A Buffalo police officer who had been on the job for less than two years took money from a woman’s wallet that had been turned over to him to return, a judge has ruled.
Officer Michael R. Missana, 42, was found guilty of petit larceny and official misconduct, both Class A misdemeanors, State Supreme Court Justice Penny M. Wolfgang said in delivering her decision Thursday morning.
In doing so, she discounted defense suggestions that there either had never been any money in the wallet or that someone else stole it in the few minutes between when the officer left the wallet at the woman’s house and when she came home to get it last Aug. 12.
Buffalo Police Commissioner Daniel Derenda, who had suspended Missana after the incident, will now fire him for cause, the District Attorney’s Office reported. The conviction also means Missana cannot become a sworn officer anywhere else.
In his summation a week ago, defense attorney Thomas Eoannou called his client’s actions stupid and sloppy, but that his client was not stupid enough to jeopardize his job, his salary and his future pension for $100.
He conceded that Missana was wrong not to inventory the contents of the wallet and to log it for a more official reunion with its owner. Instead, he took it to the woman’s North Park Avenue house and, finding no one home, stuck it in the door.
Other witnesses, however, testified that what happened was more than just sloppy policing.
The woman who found the wallet in the ladies room at Caffe Aroma on Elmwood Avenue at Bidwell Parkway testified that, in an effort to find the owner, she opened the wallet and discovered a large amount of cash, at least $130.
A friend who was with her confirmed seeing the money.
After asking at the counter if anyone had reported a lost wallet, the women decided to hand it over to police officers who were outside, assuming they would track down the owner.
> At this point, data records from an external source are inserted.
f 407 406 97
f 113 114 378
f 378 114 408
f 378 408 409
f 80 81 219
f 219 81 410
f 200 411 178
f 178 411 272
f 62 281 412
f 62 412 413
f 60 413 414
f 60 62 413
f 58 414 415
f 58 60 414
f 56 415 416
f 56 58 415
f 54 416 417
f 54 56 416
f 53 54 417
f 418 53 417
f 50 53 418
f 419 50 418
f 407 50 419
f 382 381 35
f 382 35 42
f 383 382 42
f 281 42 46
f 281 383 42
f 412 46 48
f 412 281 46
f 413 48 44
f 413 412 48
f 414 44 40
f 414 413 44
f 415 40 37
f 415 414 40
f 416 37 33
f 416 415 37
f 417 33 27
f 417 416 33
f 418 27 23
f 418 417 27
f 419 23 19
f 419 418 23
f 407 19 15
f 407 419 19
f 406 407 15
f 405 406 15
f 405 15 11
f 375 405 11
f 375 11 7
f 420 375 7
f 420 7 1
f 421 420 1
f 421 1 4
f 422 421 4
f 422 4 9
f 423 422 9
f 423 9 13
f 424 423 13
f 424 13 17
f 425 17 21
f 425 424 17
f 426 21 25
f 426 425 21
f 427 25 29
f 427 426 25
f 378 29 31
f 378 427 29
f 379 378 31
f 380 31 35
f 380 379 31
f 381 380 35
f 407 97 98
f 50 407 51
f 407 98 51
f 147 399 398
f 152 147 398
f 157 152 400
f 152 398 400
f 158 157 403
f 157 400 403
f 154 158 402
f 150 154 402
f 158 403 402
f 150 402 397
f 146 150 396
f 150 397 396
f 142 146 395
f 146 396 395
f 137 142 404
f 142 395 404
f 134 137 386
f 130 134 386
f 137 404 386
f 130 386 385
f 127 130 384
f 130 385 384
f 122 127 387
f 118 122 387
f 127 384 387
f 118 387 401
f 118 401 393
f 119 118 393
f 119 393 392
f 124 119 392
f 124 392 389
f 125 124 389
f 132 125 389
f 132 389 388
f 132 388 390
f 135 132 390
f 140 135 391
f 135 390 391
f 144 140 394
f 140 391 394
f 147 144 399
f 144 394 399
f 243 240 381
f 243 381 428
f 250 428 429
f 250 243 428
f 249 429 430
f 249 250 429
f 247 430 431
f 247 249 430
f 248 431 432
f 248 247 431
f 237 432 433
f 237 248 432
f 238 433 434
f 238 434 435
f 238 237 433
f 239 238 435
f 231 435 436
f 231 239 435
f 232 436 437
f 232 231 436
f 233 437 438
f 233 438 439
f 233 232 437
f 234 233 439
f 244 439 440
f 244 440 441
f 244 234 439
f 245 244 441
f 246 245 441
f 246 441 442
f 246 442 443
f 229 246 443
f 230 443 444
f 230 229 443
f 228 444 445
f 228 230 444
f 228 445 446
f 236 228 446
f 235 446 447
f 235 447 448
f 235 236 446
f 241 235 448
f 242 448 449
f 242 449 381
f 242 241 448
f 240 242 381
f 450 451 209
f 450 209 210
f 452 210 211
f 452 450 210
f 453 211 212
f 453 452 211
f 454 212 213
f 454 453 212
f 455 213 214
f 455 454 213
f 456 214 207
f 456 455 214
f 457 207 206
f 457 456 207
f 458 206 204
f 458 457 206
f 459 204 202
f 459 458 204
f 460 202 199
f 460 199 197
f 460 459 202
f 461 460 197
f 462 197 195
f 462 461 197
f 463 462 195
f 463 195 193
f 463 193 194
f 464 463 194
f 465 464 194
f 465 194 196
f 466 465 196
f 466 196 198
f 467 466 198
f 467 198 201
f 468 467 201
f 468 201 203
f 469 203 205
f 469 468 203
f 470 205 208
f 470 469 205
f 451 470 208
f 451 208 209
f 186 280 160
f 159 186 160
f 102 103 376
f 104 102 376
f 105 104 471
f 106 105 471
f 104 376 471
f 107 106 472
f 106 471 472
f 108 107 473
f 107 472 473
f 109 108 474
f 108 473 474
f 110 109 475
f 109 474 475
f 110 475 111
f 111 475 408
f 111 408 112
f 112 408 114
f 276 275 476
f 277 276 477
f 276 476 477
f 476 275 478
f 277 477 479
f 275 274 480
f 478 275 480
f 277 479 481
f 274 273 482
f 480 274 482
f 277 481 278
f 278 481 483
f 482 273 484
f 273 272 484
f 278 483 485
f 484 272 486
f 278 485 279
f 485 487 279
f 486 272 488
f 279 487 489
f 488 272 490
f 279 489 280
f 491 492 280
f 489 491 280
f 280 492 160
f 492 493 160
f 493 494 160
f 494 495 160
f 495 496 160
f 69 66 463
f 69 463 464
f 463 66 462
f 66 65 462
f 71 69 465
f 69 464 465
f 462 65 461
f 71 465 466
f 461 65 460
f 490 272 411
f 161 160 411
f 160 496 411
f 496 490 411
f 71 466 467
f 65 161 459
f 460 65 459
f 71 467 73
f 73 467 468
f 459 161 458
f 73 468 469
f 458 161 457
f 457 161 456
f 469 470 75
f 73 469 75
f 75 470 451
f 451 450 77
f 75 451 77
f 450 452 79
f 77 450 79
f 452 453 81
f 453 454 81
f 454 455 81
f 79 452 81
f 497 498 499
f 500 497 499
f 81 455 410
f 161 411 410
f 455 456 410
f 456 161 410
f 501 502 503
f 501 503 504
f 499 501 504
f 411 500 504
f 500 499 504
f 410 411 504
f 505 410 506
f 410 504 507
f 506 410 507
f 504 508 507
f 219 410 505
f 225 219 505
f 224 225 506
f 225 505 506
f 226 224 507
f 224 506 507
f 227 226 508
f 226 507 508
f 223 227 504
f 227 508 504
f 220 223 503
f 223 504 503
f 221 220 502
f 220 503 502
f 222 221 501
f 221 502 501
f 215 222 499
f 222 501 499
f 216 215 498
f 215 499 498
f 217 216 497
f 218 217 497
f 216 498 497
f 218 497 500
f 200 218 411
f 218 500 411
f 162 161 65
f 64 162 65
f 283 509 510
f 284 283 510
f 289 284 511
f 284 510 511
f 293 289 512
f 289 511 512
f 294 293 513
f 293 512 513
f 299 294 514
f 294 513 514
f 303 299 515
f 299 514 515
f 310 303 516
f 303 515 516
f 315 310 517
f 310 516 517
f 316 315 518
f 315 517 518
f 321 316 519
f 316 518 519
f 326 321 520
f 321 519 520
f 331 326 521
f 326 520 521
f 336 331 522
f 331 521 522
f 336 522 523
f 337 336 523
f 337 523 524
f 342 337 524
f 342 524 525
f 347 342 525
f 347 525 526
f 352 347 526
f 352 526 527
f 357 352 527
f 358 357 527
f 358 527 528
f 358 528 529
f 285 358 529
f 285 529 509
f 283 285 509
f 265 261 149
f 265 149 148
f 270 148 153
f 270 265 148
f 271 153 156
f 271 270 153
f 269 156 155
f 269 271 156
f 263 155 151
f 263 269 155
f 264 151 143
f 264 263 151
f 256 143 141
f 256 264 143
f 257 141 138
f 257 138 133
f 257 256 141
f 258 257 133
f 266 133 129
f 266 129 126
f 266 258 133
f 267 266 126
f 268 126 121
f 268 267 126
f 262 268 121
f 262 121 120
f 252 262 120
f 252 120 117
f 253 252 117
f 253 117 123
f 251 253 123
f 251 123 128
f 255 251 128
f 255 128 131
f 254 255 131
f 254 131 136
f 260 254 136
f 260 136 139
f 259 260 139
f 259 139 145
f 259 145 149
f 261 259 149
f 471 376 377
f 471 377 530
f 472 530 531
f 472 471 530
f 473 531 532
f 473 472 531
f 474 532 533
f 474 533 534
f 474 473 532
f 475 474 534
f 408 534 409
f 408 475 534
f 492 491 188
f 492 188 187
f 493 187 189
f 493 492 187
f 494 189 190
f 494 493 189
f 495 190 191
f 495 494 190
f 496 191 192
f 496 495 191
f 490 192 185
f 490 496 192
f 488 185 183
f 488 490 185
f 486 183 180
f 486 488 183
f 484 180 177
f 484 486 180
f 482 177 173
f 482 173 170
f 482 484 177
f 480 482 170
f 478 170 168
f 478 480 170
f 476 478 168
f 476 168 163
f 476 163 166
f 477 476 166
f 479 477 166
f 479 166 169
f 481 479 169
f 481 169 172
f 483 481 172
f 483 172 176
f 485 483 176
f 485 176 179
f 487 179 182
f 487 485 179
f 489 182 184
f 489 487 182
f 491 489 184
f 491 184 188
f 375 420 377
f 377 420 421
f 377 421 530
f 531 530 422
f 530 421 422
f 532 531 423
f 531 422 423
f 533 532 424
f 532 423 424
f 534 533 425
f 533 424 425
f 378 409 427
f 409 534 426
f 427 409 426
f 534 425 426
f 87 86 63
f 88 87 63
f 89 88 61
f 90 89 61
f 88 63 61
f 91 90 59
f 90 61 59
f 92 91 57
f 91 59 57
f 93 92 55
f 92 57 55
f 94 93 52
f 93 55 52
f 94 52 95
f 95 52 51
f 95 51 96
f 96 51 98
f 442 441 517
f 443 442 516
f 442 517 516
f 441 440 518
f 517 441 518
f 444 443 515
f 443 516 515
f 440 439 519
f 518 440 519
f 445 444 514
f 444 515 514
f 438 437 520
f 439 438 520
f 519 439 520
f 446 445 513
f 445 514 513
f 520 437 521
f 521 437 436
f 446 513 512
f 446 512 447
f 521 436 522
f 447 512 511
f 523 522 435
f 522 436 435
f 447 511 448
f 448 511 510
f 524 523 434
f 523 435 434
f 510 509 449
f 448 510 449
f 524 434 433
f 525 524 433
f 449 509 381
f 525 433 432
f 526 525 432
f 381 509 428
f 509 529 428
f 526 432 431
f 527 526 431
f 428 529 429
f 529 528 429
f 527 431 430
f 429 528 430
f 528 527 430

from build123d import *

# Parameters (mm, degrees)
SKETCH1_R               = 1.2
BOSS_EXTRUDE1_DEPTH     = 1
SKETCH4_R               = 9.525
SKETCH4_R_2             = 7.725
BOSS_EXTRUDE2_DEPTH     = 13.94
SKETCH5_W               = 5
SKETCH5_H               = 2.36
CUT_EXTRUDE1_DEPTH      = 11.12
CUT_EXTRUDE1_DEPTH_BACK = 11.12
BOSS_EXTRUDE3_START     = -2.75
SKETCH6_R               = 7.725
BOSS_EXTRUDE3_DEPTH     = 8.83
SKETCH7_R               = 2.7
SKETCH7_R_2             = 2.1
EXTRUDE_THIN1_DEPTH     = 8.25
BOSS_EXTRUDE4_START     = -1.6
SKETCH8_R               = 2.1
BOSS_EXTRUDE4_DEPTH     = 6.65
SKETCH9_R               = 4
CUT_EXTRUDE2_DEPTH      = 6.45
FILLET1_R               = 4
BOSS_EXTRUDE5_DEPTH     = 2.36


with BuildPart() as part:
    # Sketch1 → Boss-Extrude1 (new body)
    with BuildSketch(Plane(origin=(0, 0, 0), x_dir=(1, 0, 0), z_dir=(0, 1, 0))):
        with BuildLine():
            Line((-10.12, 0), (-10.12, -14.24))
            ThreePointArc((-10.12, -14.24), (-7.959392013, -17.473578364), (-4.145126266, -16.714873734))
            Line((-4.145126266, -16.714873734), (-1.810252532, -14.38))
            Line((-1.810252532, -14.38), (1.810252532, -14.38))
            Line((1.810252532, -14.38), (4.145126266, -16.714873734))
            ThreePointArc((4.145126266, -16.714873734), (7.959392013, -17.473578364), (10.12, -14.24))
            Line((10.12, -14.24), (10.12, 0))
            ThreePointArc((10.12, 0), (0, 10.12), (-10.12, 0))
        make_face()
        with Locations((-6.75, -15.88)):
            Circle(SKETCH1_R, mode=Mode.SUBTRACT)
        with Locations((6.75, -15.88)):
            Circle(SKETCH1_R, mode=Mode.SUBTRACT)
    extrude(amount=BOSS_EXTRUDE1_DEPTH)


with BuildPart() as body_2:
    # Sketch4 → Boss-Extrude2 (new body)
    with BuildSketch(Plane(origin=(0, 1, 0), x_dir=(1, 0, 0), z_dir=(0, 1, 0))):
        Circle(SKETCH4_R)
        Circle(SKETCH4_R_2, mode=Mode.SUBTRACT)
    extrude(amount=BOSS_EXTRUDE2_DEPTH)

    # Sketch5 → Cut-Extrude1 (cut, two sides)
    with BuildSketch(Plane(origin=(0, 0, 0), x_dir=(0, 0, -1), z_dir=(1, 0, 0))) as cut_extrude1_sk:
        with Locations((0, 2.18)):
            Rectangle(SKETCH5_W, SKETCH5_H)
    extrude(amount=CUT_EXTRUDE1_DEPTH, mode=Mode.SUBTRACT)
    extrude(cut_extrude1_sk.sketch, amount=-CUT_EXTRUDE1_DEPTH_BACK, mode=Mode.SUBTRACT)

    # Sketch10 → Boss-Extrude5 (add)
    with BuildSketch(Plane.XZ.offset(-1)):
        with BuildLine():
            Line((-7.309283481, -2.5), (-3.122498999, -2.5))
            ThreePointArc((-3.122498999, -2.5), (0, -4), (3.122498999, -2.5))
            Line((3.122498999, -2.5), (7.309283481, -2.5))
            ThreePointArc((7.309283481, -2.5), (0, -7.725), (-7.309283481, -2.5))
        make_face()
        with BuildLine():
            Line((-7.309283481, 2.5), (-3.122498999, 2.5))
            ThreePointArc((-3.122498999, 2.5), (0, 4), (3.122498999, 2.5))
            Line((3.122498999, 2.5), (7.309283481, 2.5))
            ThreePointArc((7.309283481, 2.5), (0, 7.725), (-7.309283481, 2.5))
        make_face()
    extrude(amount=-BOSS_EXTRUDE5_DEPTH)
Missana took the wallet from them.
Shortly afterward, the women found the owner, who was still at the coffee shop, and told her the police had her wallet.
After making a phone call to the officer’s district, the woman learned they were leaving the wallet at her home, about two miles away. She went home and found her wallet, but the money was gone.
In issuing her decision, Wolfgang said she found the women’s testimony to be “highly credible” and added, “They were good citizens doing what good citizens do.”
Missana remains free on his own recognizance. He faces up to one year in jail on each offense. Sentencing is set for Sept. 2.